For more information and examples check out Kernel analysis and optimization.

32-bit Integers

Use 32-bit integers where possible. A common source of register pressure is the use of 64-bit integers when only 32-bits are required. For example, the hardware's indices are 32-bit integers, but Julia's literals are Int64's which results in expressions like blockIdx().x-1 to be promoted to 64-bit integers. To use 32-bit integers we can instead replace the 1 with Int32(1) or more succintly 1i32 if you run using CUDA: i32.

To see how much of a difference this makes let's use a kernel introduced in the introductory tutorial for inplace addition.

using CUDA, BenchmarkTools

function gpu_add3!(y, x)
    index = (blockIdx().x - 1) * blockDim().x + threadIdx().x
    stride = gridDim().x * blockDim().x
    for i = index:stride:length(y)
        @inbounds y[i] += x[i]
    end
    return
end
gpu_add3! (generic function with 1 method)

Now let's see how many registers are used:

x_d = CUDA.fill(1.0f0, 2^28)
y_d = CUDA.fill(2.0f0, 2^28)

CUDA.registers(@cuda gpu_add3!(y_d, x_d))
  29

Our kernel using 32-bit integers is below:

function gpu_add4!(y, x)
    index = (blockIdx().x - Int32(1)) * blockDim().x + threadIdx().x
    stride = gridDim().x * blockDim().x
    for i = index:stride:length(y)
        @inbounds y[i] += x[i]
    end
    return
end
gpu_add4! (generic function with 1 method)
CUDA.registers(@cuda gpu_add4!(y_d, x_d))
  28

So we use one less register by switching to 32 bit integers, for kernels using even more 64 bit integers we would expect to see larger falls in register count.

Avoiding StepRange

In the previous kernel in the for loop we iterated over index:stride:length(y), this is a StepRange. Unfortunately, constructing a StepRange is slow as they can throw errors and they contain unnecessary computation when we just want to loop over them.

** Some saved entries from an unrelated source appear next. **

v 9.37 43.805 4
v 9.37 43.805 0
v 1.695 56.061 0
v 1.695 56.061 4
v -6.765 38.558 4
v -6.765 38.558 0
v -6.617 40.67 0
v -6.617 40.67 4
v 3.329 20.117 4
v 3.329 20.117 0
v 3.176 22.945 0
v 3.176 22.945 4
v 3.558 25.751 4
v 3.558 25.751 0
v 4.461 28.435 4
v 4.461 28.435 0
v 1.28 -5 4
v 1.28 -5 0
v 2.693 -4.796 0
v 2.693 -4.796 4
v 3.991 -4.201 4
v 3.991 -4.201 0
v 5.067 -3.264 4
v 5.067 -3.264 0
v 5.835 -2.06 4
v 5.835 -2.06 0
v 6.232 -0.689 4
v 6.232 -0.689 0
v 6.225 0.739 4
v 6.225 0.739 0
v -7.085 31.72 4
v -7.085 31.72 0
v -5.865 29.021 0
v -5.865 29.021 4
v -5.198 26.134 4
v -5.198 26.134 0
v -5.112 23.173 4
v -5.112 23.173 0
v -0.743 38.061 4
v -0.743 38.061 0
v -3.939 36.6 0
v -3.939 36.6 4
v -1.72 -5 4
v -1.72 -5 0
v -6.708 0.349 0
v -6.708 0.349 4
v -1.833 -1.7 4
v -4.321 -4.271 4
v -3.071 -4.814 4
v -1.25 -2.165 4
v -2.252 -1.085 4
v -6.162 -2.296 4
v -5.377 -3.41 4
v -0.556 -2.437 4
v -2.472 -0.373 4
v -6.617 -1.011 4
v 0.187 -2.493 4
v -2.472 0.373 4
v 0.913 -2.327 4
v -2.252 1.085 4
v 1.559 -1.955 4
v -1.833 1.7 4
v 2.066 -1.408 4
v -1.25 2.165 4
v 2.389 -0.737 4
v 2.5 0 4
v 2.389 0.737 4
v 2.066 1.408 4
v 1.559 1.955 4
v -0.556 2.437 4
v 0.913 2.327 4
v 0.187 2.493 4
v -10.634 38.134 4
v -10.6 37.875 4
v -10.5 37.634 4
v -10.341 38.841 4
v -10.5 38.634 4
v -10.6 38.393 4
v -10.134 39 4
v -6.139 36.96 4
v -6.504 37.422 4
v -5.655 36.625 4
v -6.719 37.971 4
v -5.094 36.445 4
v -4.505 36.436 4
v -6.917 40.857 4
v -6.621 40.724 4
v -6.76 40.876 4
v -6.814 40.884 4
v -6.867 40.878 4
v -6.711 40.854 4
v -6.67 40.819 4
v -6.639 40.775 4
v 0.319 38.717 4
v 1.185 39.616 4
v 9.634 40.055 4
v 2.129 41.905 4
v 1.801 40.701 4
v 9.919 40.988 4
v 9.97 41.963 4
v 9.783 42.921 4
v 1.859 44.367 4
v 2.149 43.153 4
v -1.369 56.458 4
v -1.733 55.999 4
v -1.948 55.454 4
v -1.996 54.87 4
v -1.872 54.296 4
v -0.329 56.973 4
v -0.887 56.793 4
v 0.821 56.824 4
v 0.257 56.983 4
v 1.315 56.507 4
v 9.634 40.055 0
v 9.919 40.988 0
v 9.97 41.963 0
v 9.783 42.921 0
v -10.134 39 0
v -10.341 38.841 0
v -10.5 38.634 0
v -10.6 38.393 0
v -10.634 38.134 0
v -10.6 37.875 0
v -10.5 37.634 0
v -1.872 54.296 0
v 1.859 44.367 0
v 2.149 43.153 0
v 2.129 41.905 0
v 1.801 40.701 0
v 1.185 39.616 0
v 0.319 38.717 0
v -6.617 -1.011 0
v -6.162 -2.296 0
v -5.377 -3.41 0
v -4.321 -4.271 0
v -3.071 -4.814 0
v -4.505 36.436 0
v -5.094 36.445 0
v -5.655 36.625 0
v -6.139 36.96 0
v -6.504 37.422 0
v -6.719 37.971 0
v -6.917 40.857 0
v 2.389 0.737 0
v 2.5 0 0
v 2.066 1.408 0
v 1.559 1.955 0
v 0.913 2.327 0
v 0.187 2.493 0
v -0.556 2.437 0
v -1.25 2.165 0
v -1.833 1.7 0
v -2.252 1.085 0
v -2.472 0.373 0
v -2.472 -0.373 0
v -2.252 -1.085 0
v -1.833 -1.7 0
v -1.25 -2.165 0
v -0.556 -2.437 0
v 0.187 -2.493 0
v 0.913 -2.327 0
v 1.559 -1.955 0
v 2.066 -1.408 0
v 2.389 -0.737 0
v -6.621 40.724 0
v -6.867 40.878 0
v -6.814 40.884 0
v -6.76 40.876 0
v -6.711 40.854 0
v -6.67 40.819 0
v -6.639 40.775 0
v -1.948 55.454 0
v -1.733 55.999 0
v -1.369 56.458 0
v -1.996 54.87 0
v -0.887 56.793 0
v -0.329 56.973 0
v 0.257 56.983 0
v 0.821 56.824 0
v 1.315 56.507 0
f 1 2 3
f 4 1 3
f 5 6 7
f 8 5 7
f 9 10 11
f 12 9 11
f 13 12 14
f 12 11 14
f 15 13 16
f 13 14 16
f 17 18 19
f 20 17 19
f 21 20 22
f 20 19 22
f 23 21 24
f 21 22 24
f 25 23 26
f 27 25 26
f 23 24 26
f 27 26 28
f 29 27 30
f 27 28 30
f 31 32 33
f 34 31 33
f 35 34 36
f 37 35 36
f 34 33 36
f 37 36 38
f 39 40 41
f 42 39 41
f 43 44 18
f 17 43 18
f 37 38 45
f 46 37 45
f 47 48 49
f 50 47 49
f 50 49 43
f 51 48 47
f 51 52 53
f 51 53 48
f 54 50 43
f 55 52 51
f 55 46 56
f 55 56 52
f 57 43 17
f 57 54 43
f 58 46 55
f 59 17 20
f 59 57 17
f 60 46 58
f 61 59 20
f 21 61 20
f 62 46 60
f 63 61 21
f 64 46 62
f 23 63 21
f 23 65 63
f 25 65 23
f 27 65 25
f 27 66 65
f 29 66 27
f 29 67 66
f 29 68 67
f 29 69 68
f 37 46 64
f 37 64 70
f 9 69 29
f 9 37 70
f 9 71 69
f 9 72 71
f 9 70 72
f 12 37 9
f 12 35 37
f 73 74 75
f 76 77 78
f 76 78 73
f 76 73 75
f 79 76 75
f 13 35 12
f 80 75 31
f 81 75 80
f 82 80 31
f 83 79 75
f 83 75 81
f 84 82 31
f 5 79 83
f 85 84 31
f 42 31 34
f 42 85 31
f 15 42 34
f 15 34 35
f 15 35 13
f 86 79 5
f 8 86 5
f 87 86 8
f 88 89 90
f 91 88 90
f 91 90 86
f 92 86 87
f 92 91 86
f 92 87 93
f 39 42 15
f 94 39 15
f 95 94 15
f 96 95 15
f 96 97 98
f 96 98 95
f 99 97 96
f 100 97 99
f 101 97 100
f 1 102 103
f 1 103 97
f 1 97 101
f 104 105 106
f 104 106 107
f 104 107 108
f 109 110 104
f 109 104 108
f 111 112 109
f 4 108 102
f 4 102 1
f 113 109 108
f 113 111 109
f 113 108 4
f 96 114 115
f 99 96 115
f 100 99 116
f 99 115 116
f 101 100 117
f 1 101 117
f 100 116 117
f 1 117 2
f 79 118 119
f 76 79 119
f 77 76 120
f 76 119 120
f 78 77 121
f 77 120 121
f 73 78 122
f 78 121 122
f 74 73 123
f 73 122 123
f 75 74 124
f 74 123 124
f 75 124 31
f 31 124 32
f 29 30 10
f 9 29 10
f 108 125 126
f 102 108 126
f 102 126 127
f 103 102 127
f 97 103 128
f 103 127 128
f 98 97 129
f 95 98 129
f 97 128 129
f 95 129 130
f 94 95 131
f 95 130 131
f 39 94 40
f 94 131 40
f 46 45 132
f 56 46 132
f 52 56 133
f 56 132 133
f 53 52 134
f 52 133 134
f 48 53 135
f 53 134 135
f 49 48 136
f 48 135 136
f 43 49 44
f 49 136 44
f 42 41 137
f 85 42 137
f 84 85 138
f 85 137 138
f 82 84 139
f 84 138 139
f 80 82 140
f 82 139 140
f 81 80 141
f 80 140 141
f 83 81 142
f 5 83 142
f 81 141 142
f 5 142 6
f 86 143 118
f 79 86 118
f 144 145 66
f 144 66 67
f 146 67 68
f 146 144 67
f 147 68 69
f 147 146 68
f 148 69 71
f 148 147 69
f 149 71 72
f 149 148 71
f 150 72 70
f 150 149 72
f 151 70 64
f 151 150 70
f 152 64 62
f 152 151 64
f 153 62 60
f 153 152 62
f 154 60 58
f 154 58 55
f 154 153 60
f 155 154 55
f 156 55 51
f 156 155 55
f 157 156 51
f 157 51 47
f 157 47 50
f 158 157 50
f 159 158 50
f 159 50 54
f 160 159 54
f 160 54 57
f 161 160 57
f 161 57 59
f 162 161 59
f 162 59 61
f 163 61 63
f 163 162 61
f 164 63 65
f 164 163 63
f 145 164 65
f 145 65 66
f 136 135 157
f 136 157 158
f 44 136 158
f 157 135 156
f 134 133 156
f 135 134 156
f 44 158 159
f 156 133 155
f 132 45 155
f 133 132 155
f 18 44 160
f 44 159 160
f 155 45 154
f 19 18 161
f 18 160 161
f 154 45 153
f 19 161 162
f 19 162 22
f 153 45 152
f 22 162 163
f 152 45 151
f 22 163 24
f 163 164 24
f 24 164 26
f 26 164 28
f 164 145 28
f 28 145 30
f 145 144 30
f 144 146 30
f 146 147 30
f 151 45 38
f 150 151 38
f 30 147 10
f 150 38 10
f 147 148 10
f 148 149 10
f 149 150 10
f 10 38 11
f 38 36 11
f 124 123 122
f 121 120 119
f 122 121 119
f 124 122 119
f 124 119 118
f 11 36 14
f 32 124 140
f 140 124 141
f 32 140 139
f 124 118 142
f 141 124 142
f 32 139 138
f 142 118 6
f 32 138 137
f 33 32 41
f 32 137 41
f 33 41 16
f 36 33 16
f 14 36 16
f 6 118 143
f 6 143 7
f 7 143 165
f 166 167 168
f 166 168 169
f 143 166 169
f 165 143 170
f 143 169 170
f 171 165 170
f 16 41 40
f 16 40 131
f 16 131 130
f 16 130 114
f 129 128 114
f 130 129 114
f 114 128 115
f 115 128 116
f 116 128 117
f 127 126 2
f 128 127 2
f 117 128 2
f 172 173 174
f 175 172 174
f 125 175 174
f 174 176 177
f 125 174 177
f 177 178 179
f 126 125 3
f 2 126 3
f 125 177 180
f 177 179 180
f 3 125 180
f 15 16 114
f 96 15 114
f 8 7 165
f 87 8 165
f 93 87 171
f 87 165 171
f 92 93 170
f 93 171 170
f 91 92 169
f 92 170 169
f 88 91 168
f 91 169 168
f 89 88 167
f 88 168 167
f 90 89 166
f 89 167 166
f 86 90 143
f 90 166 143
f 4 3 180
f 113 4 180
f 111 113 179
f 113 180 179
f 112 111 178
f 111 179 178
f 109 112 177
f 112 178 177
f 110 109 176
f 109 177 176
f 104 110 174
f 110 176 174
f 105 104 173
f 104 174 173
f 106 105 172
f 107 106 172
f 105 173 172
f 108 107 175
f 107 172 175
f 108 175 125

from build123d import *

# Parameters (mm, degrees)
SKIZZE1_R               = 2.5
LINEAR_AUSTRAGEN1_DEPTH = 4


with BuildPart() as part:
    # Skizze1 → Linear austragen1 (new body)
    with BuildSketch(Plane.XY):
        with BuildLine():
            Line((-1.720471048, -5), (1.279528952, -5))
            ThreePointArc((1.279528952, -5), (5.067353874, -3.263798762), (6.224608269, 0.739047056))
            Line((6.224608269, 0.739047056), (3.328540718, 20.117087516))
            ThreePointArc((3.328540718, 20.117087516), (3.300790208, 24.356992637), (4.460596804, 28.435278329))
            Line((4.460596804, 28.435278329), (9.633958573, 40.054839106))
            ThreePointArc((9.633958573, 40.054839106), (9.969901697, 41.962682181), (9.36998022, 43.804642334))
            Line((9.36998022, 43.804642334), (1.695101739, 56.061428328))
            ThreePointArc((1.695101739, 56.061428328), (-0.886899712, 56.792598366), (-1.872184322, 54.296490325))
            Line((-1.872184322, 54.296490325), (1.85912682, 44.36670191))
            ThreePointArc((1.85912682, 44.36670191), (1.800761722, 40.701037253), (-0.742535185, 38.060555344))
            Line((-0.742535185, 38.060555344), (-3.938539061, 36.599525001))
            ThreePointArc((-3.938539061, 36.599525001), (-5.909088644, 36.774512117), (-6.765186682, 38.5579869))
            Line((-6.765186682, 38.5579869), (-6.617488885, 40.670163795))
            ThreePointArc((-6.617488885, 40.670163795), (-6.711017842, 40.853724709), (-6.917001695, 40.85732017))
            Line((-6.917001695, 40.85732017), (-10.133974596, 39))
            ThreePointArc((-10.133974596, 39), (-10.599900423, 38.392793641), (-10.5, 37.633974596))
            Line((-10.5, 37.633974596), (-7.085329154, 31.719591199))
            ThreePointArc((-7.085329154, 31.719591199), (-5.460159239, 27.593857014), (-5.112249457, 23.173244093))
            Line((-5.112249457, 23.173244093), (-6.708291299, 0.348782369))
            ThreePointArc((-6.708291299, 0.348782369), (-5.377239556, -3.4099918), (-1.720471048, -5))
        make_face()
        Circle(SKIZZE1_R, mode=Mode.SUBTRACT)
    extrude(amount=LINEAR_AUSTRAGEN1_DEPTH)


solid = part.part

Instead it is faster to use a while loop like so:

function gpu_add5!(y, x)
    index = (blockIdx().x - Int32(1)) * blockDim().x + threadIdx().x
    stride = gridDim().x * blockDim().x

    i = index
    while i <= length(y)
        @inbounds y[i] += x[i]
        i += stride
    end
    return
end
gpu_add5! (generic function with 1 method)

The benchmark[1]:

function bench_gpu4!(y, x)
    kernel = @cuda launch=false gpu_add4!(y, x)
    config = launch_configuration(kernel.fun)
    threads = min(length(y), config.threads)
    blocks = cld(length(y), threads)

    CUDA.@sync kernel(y, x; threads, blocks)
end

function bench_gpu5!(y, x)
    kernel = @cuda launch=false gpu_add5!(y, x)
    config = launch_configuration(kernel.fun)
    threads = min(length(y), config.threads)
    blocks = cld(length(y), threads)

    CUDA.@sync kernel(y, x; threads, blocks)
end
bench_gpu5! (generic function with 1 method)
@btime bench_gpu4!($y_d, $x_d)
  76.149 ms (57 allocations: 3.70 KiB)
@btime bench_gpu5!($y_d, $x_d)
  75.732 ms (58 allocations: 3.73 KiB)

This benchmark shows there is a only a small performance benefit for this kernel however we can see a big difference in the amount of registers used, recalling that 28 registers were used when using a StepRange:

CUDA.registers(@cuda gpu_add5!(y_d, x_d))
  12

This page was generated using Literate.jl.

  • 1Conducted on Julia Version 1.9.2, the benefit of this technique should be reduced on version 1.10 or by using always_inline=true on the @cuda macro, e.g. @cuda always_inline=true launch=false gpu_add4!(y, x).